** Work required **
Return each line of the data below that contains the string "normal".

+ + + + +

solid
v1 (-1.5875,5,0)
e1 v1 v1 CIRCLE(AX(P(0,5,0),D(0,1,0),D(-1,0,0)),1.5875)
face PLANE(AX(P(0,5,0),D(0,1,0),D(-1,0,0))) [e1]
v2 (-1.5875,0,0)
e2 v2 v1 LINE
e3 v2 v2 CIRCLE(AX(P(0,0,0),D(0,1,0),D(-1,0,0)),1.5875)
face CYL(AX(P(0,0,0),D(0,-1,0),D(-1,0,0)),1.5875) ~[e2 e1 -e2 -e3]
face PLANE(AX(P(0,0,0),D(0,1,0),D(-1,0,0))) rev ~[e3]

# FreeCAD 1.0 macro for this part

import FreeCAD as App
import Part
import Sketcher

V = App.Vector

doc = App.newDocument("Part")
body = doc.addObject("PartDesign::Body", "Body")

# Sketch on XZ plane
sketch1 = body.newObject("Sketcher::SketchObject", "Sketch")
sketch1.AttachmentSupport = (doc.getObject("XZ_Plane"), [""])
sketch1.MapMode = "FlatFace"
sketch1.addGeometry(Part.Circle(V(0, 0, 0), V(0, 0, 1), 1.5875), False)
sketch1.addConstraint([
    Sketcher.Constraint("Coincident", 0, 3, -1, 1),
    Sketcher.Constraint("Diameter", 0, 3.175),
])
pad1 = body.newObject("PartDesign::Pad", "Pad")
pad1.Profile = sketch1
pad1.Length = 5
pad1.Reversed = True

doc.recompute()
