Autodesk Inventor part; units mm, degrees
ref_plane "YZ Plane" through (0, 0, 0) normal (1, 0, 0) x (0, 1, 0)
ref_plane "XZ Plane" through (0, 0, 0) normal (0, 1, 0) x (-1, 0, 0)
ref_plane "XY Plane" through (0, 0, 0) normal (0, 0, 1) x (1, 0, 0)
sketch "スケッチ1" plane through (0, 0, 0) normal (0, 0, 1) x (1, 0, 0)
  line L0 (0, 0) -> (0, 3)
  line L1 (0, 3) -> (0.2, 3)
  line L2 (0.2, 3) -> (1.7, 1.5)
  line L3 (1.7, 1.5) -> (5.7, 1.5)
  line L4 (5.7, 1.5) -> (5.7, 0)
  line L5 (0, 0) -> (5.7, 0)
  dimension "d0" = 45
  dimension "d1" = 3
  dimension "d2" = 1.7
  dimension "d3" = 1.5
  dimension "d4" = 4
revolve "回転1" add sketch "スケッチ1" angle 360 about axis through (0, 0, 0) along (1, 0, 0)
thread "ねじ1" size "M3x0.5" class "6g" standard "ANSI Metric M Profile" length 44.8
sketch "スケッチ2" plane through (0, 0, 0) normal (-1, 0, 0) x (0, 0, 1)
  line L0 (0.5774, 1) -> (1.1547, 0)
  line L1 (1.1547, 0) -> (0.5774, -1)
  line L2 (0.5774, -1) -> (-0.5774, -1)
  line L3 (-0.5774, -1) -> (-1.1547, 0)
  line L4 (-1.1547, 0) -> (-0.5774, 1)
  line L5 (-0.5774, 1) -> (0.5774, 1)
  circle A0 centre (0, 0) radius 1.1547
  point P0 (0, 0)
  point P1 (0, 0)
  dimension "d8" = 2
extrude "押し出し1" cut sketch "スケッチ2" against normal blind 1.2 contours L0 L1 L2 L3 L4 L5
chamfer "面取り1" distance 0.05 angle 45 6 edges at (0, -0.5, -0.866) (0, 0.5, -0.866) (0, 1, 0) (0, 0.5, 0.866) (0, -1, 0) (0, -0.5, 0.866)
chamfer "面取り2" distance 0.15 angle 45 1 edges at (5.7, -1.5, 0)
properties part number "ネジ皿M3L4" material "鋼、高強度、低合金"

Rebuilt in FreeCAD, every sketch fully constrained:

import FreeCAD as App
import Part
import Sketcher
from FreeCAD import Vector
Q = App.Units.Quantity


def edges_at(feature, points):
    """Names of the edges that pass closest to the given points."""
    edges = feature.Shape.Edges
    near = lambda p: min(range(len(edges)), key=lambda i: edges[i].distToShape(Part.Vertex(*p))[0])
    return sorted({f"Edge{near(p) + 1}" for p in points})


def add_polygon(sketch, points):
    """Adds a closed chain of lines whose ends are joined by coincident constraints."""
    first, n = sketch.GeometryCount, len(points)
    for a, b in zip(points, points[1:] + points[:1]):
        sketch.addGeometry(Part.LineSegment(App.Vector(*a, 0), App.Vector(*b, 0)), False)
    for i in range(n):
        sketch.addConstraint(Sketcher.Constraint("Coincident", first + i, 2, first + (i + 1) % n, 1))

doc = App.newDocument("Part")
body = doc.addObject("PartDesign::Body", "Body")

sketch1 = body.newObject("Sketcher::SketchObject", "Sketch")
sketch1.AttachmentSupport = (doc.getObject("XY_Plane"), [""])
sketch1.MapMode = "FlatFace"
add_polygon(sketch1, [(0, 3), (0, 0), (5.7, 0), (5.7, 1.5), (1.7, 1.5), (0.2, 3)])
sketch1.addConstraint(Sketcher.Constraint("Vertical", 0))
sketch1.addConstraint(Sketcher.Constraint("Horizontal", 1))
sketch1.addConstraint(Sketcher.Constraint("Vertical", 2))
sketch1.addConstraint(Sketcher.Constraint("Horizontal", 3))
sketch1.addConstraint(Sketcher.Constraint("Horizontal", 5))
sketch1.addConstraint(Sketcher.Constraint("Coincident", 0, 2, -1, 1))
sketch1.addConstraint(Sketcher.Constraint("DistanceX", 3, 2, 3, 1, Q("4 mm")))
sketch1.addConstraint(Sketcher.Constraint("DistanceY", 0, 2, 0, 1, Q("3 mm")))
sketch1.addConstraint(Sketcher.Constraint("DistanceY", 2, 1, 2, 2, Q("1.5 mm")))
sketch1.addConstraint(Sketcher.Constraint("DistanceX", -1, 1, 3, 2, Q("1.7 mm")))
sketch1.addConstraint(Sketcher.Constraint("DistanceX", 4, 2, 3, 2, Q("1.5 mm")))
revolution = body.newObject("PartDesign::Revolution", "Revolution")
revolution.Profile = sketch1
revolution.ReferenceAxis = (sketch1, ["H_Axis"])
revolution.Angle = 360

sketch2 = body.newObject("Sketcher::SketchObject", "Sketch001")
sketch2.AttachmentSupport = (doc.getObject("YZ_Plane"), [""])
sketch2.MapMode = "FlatFace"
add_polygon(sketch2, [(0, 1.2), (1, 0.6), (1, -0.6), (0, -1.2), (-1, -0.6), (-1, 0.6)])
sketch2.addConstraint(Sketcher.Constraint("Vertical", 1))
sketch2.addConstraint(Sketcher.Constraint("Vertical", 4))
sketch2.addConstraint(Sketcher.Constraint("Symmetric", 0, 2, 3, 2, -1, 1))
sketch2.addConstraint(Sketcher.Constraint("Symmetric", 2, 2, 5, 2, -1, 1))
sketch2.addConstraint(Sketcher.Constraint("PointOnObject", 2, 2, -2))
sketch2.addConstraint(Sketcher.Constraint("Parallel", 2, 5))
sketch2.addConstraint(Sketcher.Constraint("Horizontal", 1, 2, 3, 2))
sketch2.addConstraint(Sketcher.Constraint("DistanceX", 3, 2, 1, 2, Q("2 mm")))
sketch2.addConstraint(Sketcher.Constraint("DistanceY", 1, 2, 1, 1, Q("1.1548 mm")))
sketch2.addConstraint(Sketcher.Constraint("DistanceY", 2, 2, 0, 2, Q("1.732 mm")))
pocket1 = body.newObject("PartDesign::Pocket", "Pocket")
pocket1.Profile = sketch2
pocket1.Length = 1.2
pocket1.Reversed = True
doc.recompute()

chamfer = body.newObject("PartDesign::Chamfer", "Chamfer")
chamfer.Base = (pocket1, edges_at(pocket1, [
    (0, -0.5, -0.866),
    (0, 0.5, -0.866),
    (0, 1, 0),
    (0, 0.5, 0.866),
    (0, -1, 0),
    (0, -0.5, 0.866),
]))
chamfer.Size = 0.05
doc.recompute()

chamfer2 = body.newObject("PartDesign::Chamfer", "Chamfer001")
chamfer2.Base = (chamfer, edges_at(chamfer, [(5.7, -1.5, 0)]))
chamfer2.Size = 0.15

doc.recompute()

+ + + + +

** Written answer **
ref_plane "YZ Plane" through (0, 0, 0) normal (1, 0, 0) x (0, 1, 0)
ref_plane "XZ Plane" through (0, 0, 0) normal (0, 1, 0) x (-1, 0, 0)
ref_plane "XY Plane" through (0, 0, 0) normal (0, 0, 1) x (1, 0, 0)
sketch "スケッチ1" plane through (0, 0, 0) normal (0, 0, 1) x (1, 0, 0)
sketch "スケッチ2" plane through (0, 0, 0) normal (-1, 0, 0) x (0, 0, 1)
extrude "押し出し1" cut sketch "スケッチ2" against normal blind 1.2 contours L0 L1 L2 L3 L4 L5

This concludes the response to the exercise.